Your objective: In the listing below, the answer starts at the line that has "f 485 484 489" and stops after the line that has "f 418 419 496"; please repeat that part exactly and nothing more.
----
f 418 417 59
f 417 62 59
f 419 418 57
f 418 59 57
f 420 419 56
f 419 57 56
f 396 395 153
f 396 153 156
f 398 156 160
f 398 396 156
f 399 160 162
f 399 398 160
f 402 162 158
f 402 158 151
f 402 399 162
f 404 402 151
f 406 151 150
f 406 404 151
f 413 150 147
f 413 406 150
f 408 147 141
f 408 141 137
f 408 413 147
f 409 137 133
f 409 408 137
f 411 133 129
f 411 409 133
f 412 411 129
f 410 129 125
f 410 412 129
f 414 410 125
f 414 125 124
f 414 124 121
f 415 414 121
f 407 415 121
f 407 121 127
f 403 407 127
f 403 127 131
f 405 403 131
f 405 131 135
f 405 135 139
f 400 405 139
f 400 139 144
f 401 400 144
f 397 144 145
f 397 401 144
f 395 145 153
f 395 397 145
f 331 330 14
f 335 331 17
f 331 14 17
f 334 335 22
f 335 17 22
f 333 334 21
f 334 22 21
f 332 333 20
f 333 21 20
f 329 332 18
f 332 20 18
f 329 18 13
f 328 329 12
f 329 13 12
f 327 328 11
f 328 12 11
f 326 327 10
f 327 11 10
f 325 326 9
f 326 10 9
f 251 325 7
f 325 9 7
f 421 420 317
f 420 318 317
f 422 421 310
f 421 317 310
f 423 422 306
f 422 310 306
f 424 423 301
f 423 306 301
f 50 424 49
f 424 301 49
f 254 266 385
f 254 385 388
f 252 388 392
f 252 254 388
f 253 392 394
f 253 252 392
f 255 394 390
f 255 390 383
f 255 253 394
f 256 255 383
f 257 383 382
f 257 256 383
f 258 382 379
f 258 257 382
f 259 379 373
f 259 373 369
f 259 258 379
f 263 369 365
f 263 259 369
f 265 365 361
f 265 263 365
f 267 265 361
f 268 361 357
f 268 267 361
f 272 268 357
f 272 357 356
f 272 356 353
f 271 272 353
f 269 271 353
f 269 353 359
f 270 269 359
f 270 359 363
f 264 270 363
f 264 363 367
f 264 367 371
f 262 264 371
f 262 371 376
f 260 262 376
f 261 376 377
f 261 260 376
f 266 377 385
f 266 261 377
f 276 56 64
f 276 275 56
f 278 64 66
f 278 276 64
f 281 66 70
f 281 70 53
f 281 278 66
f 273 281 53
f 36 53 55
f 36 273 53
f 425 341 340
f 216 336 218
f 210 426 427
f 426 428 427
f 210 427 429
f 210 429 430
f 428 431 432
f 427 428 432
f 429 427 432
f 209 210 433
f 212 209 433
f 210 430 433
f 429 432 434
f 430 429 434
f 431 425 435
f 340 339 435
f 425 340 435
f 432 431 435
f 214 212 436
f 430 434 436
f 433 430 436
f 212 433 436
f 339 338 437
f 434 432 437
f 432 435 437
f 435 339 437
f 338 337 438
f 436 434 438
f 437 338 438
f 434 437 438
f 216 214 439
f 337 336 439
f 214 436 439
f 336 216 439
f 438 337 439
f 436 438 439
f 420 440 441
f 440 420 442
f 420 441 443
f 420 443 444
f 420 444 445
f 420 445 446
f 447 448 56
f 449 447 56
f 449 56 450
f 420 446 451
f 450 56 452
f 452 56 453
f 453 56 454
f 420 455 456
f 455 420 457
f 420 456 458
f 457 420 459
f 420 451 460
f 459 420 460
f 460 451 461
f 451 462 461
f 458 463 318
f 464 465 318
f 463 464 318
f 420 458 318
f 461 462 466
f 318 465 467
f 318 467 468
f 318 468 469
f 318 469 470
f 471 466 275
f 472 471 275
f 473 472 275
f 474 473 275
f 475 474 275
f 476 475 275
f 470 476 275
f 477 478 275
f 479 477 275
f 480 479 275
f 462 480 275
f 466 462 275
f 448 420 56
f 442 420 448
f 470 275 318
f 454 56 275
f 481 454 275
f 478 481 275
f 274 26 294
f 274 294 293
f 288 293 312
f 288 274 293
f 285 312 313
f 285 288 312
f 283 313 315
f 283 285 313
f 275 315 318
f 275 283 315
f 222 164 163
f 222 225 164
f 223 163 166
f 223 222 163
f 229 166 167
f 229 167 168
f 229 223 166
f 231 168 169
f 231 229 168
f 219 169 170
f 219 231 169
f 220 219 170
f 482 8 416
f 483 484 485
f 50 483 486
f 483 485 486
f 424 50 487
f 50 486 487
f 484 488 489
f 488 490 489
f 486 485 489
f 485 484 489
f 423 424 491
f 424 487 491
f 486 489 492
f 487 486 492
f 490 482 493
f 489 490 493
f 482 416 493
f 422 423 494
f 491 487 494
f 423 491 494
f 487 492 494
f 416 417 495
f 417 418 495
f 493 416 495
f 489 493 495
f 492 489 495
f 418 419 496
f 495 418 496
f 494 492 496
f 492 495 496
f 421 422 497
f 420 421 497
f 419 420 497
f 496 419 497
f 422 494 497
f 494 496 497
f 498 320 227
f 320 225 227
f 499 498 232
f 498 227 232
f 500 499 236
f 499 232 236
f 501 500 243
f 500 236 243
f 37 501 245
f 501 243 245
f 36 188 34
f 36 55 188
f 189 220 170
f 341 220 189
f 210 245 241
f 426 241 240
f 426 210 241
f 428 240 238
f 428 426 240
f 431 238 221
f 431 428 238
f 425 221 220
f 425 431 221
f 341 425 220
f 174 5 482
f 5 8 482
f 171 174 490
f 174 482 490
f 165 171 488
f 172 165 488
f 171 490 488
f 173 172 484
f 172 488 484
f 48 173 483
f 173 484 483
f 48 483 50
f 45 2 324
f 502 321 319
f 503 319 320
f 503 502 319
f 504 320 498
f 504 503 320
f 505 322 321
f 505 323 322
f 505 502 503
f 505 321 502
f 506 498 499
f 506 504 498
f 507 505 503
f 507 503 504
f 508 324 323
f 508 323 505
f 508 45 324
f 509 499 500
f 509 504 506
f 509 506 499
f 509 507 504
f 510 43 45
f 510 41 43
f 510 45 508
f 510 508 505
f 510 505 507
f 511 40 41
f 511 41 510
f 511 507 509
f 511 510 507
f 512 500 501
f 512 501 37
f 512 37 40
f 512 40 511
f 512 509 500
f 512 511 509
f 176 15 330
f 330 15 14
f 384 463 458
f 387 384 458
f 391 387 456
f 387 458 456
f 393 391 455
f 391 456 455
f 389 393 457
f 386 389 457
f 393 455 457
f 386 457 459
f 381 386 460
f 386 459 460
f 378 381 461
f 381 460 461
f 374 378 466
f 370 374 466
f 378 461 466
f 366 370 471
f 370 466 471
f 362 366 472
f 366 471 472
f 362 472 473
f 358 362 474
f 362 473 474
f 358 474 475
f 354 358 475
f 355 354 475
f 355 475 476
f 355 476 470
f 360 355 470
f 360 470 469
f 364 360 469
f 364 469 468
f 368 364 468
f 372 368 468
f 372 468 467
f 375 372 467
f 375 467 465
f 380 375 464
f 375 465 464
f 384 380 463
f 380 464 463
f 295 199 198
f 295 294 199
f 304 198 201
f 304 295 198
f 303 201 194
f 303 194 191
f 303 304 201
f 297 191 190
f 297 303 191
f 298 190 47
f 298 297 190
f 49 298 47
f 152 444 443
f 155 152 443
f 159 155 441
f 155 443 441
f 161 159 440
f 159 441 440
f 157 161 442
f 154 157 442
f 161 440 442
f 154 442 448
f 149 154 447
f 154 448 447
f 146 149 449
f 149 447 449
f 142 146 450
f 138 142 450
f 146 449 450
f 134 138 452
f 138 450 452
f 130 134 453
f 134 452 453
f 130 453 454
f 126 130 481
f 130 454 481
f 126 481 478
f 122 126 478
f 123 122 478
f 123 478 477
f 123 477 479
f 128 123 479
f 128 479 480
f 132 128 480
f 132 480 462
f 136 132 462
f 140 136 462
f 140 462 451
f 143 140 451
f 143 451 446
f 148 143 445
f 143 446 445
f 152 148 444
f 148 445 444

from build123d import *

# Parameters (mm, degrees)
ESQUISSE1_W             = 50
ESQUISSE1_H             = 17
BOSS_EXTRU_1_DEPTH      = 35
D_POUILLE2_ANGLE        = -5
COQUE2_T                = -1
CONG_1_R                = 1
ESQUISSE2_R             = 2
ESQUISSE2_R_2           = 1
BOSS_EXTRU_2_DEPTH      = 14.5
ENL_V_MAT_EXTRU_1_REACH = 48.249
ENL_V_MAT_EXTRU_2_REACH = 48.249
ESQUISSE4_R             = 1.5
----
Exercise solution:
f 485 484 489
f 423 424 491
f 424 487 491
f 486 489 492
f 487 486 492
f 490 482 493
f 489 490 493
f 482 416 493
f 422 423 494
f 491 487 494
f 423 491 494
f 487 492 494
f 416 417 495
f 417 418 495
f 493 416 495
f 489 493 495
f 492 489 495
f 418 419 496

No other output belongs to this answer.